True that a lot of medical THEORY in past eras was imaginary horseshit, but actual practices were based on observation of phenomena. Obviously not scientific observation, but to treat ancient medicine like magic is reductive.

t.underage who's never been drunk.

>You oughta be shot. Or stabbed, lose a leg. To be a surgeon, you know? Know what kind of pain you're dealing with. They make psychiatrists get psychoanalyzed before they can get certified, but they don't make a surgeon get cut on. That seem right to you?

no kidding

Now that's R A R E, good share patrician.

Me too. The doctor stung me with anaesthetics at the wrong place, and decided I was enough of a big boy not to feel the difference.
I did not screamed as he pulled 3 wisdomm teeth, but when I sat up, my back had sweat so much that a small puddle had formed on the seat.
A puddle of pain that makes me feel relief to this day that I'm not on that seat anymore.

this thread is making me ill

The difference between dead drunk and dead dead is very small. Dose is everything.

Opium was used on ancient Crete. It must have been available to the wealthy anywhere in that part of the world.

they must have been mad woke, yo.

Bro have you never blacked out?

I had dental surgery without anesthesia and it was so insanely painful that I don't remember a week or so after the incident. It's just gone.

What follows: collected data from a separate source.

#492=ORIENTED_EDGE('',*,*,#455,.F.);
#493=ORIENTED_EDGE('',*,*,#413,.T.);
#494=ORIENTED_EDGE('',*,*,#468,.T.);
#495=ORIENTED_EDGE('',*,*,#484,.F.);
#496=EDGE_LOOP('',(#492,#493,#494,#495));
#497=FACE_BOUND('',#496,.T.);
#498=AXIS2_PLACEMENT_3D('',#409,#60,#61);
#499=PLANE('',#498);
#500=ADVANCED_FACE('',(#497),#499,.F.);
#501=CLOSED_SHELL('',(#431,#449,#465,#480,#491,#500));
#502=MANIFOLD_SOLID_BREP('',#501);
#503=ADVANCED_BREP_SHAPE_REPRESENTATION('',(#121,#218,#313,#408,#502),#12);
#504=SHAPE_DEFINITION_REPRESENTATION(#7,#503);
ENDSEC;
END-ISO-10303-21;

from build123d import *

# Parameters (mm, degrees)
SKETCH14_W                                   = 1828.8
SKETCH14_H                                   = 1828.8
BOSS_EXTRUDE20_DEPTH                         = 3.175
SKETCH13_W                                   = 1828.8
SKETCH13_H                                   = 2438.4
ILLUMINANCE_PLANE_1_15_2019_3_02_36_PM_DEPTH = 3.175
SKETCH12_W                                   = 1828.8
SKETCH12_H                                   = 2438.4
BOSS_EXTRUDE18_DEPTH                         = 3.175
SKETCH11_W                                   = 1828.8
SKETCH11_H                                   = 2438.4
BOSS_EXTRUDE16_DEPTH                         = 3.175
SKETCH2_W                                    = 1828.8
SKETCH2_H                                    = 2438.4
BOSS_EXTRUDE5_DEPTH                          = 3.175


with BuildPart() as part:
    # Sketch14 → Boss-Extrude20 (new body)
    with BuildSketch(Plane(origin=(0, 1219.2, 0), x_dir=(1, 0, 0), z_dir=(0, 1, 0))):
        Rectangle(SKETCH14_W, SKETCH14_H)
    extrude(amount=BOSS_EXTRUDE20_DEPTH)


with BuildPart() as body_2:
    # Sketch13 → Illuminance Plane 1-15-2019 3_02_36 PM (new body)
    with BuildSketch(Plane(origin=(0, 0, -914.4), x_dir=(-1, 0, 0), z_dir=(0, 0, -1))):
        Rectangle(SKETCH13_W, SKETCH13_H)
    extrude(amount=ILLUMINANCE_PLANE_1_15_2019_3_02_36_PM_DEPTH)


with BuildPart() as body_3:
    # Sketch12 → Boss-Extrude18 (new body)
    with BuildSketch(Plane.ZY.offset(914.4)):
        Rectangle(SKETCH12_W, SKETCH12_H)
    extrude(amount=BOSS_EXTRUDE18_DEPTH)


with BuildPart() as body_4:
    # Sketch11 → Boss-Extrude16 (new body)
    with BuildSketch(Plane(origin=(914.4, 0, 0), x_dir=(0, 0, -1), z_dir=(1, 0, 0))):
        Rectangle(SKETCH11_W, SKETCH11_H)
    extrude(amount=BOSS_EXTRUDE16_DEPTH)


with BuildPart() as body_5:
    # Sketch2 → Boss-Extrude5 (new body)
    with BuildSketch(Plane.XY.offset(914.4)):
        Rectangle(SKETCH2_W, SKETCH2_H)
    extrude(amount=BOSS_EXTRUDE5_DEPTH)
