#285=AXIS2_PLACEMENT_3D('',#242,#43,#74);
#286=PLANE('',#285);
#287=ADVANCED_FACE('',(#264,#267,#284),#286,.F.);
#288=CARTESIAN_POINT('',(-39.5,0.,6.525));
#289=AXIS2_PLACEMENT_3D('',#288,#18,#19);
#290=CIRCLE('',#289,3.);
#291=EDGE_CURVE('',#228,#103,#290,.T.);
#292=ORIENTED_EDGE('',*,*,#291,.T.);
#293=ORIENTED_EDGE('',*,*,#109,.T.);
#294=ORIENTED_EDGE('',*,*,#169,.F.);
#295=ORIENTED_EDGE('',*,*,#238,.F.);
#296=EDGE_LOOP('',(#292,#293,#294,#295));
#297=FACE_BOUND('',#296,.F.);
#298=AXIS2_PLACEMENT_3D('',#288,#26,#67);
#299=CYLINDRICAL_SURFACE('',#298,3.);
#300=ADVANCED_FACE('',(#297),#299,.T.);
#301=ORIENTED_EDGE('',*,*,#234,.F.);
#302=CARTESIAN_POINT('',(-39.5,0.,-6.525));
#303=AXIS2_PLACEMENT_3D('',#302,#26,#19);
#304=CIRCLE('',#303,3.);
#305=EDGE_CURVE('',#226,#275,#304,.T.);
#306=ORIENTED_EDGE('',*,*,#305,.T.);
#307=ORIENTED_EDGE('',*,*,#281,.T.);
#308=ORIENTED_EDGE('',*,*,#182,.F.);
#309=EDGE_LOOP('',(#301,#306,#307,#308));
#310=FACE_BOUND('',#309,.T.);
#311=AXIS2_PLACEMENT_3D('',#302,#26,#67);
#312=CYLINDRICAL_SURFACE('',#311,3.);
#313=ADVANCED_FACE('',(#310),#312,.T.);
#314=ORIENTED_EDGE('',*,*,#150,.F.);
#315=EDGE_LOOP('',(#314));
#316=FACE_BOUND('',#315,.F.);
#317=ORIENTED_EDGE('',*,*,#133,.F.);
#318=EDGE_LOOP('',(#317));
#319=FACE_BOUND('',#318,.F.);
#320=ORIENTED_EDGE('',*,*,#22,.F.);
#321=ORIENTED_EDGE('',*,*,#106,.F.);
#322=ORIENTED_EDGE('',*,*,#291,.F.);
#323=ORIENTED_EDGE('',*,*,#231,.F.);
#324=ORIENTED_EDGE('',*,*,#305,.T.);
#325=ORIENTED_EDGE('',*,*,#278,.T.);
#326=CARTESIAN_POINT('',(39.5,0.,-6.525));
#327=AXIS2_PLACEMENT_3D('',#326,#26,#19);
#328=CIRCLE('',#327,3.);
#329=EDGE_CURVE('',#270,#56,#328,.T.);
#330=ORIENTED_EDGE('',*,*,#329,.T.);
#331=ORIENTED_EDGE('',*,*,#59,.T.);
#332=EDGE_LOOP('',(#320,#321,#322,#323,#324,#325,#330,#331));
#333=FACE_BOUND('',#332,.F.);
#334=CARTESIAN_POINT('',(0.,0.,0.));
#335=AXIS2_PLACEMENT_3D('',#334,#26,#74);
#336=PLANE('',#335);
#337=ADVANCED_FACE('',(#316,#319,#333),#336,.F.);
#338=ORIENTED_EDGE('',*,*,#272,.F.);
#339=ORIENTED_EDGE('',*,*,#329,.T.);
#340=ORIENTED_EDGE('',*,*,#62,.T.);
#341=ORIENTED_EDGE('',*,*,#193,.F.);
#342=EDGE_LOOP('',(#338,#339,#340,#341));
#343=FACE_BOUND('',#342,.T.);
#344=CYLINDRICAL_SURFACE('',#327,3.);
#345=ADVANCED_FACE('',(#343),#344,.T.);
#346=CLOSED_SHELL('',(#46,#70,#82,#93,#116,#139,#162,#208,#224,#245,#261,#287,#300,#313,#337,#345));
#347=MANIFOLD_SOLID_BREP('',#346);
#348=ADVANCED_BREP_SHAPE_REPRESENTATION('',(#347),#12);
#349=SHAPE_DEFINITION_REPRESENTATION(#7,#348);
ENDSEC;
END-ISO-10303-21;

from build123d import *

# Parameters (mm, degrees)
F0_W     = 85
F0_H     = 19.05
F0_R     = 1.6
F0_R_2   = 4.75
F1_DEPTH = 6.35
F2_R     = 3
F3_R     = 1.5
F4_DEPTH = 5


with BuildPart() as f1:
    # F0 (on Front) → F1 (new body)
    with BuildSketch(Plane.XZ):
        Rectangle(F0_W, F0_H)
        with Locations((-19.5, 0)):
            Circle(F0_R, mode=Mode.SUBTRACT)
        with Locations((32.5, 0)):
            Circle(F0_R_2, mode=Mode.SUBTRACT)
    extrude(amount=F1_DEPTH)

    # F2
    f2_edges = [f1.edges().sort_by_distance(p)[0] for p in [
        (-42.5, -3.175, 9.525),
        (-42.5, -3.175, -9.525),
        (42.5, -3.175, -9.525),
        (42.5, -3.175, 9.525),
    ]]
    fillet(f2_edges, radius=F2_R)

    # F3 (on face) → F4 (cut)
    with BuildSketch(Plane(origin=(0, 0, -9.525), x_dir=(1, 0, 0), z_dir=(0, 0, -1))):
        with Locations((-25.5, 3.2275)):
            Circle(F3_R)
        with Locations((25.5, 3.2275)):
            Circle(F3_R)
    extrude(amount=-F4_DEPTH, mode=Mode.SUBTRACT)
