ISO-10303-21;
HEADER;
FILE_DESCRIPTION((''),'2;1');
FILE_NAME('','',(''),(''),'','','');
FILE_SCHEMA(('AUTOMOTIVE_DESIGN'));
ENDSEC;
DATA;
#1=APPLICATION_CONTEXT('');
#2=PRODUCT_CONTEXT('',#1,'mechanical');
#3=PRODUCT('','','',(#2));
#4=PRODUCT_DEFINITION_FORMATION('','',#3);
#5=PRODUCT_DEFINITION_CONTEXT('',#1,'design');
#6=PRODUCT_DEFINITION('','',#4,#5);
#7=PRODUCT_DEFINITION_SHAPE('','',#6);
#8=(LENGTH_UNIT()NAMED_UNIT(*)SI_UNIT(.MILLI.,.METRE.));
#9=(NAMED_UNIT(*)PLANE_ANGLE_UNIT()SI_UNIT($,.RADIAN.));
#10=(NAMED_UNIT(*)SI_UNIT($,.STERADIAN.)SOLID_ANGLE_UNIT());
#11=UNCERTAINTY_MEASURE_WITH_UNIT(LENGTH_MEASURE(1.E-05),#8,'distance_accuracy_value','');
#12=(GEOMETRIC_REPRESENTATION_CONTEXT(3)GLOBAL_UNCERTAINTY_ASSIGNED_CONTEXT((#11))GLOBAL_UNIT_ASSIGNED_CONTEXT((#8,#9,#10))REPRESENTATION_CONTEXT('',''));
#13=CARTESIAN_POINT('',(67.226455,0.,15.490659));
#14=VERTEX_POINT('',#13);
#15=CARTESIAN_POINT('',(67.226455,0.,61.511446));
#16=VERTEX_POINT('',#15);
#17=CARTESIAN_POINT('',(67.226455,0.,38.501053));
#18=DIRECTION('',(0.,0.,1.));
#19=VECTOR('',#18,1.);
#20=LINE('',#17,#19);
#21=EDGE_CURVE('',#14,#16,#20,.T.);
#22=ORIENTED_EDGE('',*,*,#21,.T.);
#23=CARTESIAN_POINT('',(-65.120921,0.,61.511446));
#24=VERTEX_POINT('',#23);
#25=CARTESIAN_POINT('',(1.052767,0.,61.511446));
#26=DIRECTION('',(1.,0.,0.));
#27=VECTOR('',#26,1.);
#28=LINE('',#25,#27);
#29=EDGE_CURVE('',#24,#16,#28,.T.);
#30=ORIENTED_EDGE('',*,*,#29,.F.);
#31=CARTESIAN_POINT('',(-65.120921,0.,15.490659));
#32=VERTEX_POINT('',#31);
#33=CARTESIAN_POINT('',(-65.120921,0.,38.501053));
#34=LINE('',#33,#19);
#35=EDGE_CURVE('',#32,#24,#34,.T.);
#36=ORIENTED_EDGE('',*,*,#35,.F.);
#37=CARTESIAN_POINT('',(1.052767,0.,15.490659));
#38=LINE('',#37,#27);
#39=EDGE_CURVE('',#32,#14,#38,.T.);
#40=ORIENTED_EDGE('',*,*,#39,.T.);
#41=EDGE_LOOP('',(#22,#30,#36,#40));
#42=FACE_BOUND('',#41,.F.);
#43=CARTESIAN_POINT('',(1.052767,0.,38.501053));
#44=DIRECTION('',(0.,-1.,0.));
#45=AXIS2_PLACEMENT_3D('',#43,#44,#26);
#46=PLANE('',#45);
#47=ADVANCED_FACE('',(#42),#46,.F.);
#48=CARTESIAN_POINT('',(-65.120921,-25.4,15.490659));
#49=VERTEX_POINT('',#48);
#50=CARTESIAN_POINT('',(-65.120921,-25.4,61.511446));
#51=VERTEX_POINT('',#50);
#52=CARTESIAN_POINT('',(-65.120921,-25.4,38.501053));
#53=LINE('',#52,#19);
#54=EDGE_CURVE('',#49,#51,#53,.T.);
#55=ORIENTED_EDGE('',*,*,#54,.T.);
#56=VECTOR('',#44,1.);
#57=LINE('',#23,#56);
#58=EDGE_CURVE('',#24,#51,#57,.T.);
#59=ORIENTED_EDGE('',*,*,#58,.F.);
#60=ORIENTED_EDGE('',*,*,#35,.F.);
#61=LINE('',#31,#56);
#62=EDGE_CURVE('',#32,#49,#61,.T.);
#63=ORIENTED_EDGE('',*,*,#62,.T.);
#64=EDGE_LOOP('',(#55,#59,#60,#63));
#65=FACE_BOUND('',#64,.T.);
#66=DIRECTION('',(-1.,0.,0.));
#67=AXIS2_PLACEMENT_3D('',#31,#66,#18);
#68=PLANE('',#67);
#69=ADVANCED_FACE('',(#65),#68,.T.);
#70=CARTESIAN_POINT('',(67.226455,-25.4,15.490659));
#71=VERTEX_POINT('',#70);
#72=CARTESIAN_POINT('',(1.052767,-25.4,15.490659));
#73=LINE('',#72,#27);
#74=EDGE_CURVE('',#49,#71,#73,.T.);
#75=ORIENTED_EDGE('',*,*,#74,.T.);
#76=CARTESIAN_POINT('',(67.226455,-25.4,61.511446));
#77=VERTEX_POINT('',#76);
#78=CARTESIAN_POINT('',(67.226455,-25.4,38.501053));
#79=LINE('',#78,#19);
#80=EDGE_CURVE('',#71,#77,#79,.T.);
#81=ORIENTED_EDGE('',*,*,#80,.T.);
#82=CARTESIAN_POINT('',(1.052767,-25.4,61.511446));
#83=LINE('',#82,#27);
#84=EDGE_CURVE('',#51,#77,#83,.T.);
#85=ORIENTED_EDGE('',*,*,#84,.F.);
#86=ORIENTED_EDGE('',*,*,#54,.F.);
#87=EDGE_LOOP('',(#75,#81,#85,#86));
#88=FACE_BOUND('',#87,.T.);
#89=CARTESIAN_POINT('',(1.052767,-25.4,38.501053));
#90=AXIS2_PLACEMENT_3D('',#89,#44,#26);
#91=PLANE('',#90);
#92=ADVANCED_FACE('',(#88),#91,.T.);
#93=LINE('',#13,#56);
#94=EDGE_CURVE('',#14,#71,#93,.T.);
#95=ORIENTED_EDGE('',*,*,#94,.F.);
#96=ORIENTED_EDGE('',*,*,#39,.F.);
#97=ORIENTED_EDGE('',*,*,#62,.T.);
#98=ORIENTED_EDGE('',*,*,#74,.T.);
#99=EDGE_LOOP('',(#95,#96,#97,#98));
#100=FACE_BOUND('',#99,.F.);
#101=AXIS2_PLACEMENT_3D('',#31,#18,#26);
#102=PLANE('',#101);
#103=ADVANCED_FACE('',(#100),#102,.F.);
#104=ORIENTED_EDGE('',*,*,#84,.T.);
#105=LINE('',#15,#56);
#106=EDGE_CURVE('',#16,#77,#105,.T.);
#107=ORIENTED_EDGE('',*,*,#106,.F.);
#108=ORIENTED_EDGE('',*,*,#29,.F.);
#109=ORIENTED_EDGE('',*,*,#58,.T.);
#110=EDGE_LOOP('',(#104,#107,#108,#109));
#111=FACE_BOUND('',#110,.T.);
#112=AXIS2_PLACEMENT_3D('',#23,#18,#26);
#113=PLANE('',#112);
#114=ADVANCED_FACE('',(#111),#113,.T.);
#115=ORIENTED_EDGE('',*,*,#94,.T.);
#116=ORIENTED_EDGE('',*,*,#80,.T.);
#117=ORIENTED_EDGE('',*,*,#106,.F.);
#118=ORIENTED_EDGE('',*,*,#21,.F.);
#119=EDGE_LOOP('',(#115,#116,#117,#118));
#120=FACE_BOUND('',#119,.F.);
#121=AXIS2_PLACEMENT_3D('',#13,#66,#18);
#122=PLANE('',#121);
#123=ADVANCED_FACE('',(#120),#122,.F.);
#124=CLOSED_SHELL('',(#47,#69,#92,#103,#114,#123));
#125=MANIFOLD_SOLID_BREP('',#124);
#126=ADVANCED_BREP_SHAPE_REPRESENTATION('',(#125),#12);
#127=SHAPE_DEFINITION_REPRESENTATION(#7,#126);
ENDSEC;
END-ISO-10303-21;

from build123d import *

# Parameters (mm, degrees)
F0_R     = 18.42934
F1_DEPTH = 25.4
F0_W     = 132.347376
F0_H     = 46.020787
F2_DEPTH = 25.4


with BuildPart() as f1:
    # F0 (on Front) → F1 (new body)
    with BuildSketch(Plane.XZ):
        with Locations((-41.358553, 39.253026)):
            Circle(F0_R)
    extrude(amount=F1_DEPTH)

    # F0 (on Front) → F2 (join)
    with BuildSketch(Plane.XZ):
        with Locations((1.052767, 38.501053)):
            Rectangle(F0_W, F0_H)
        with Locations((-41.358553, 39.253026)):
            Circle(F0_R, mode=Mode.SUBTRACT)
    extrude(amount=F2_DEPTH)


solid = f1.part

That was 6 years ago and I can never go to the dentist again. I'm so afraid that I literally cannot bring myself to walk into the office.

Why didn’t you have anesthetic? I was put under when I got my wisdom teeth and I actually have fond memories, it was fun. I watched the Beijing Olympic opening ceremony that night on painkillers

>get adult circumcision for phimosis
>literally just get injected, about to ask why I'm having this weird taste in my mouth, wake up 30 minutes later
>get iboprofen as pain killers
I thought they were kidding me. I bought some heroin so I could feel okay. Why do they never prescribe anything that actually works? I had half a dozen cold medicines, and none of them did anything whatsoever, except for codeine syrup, which provided almost total symptomatic relief.

Infants were operated upon without anesthesia from 1900 or so until 1987. Many procedures are still done on them without anesthesia.

They had to cut my wisdom teeth out of my jaw and all I felt was the mechanical sensation of metal tools scratching against and abrading my bone, and then the teeth being yanked out, like, you feel that work is being done, but there was zero pain, it felt like watching someone tear down a wall.

In the first world too? I thought they stopped doing that a while ago. I remember reading studies on the negative psychological impact like five years ago.

There was an infection in my healing wisdom tooth hole from when the previous surgeon had left something in there.
The operating dentist said that if he used local anesthetic it would spread the infection.

probably because elective surgery would be an easy way for rich fucks to get good drugs without having any chronic conditions

For some procedures, like circumcision, only a fraction of doctors use anesthesia. They justify it saying that it doesn't matter because they won't remember.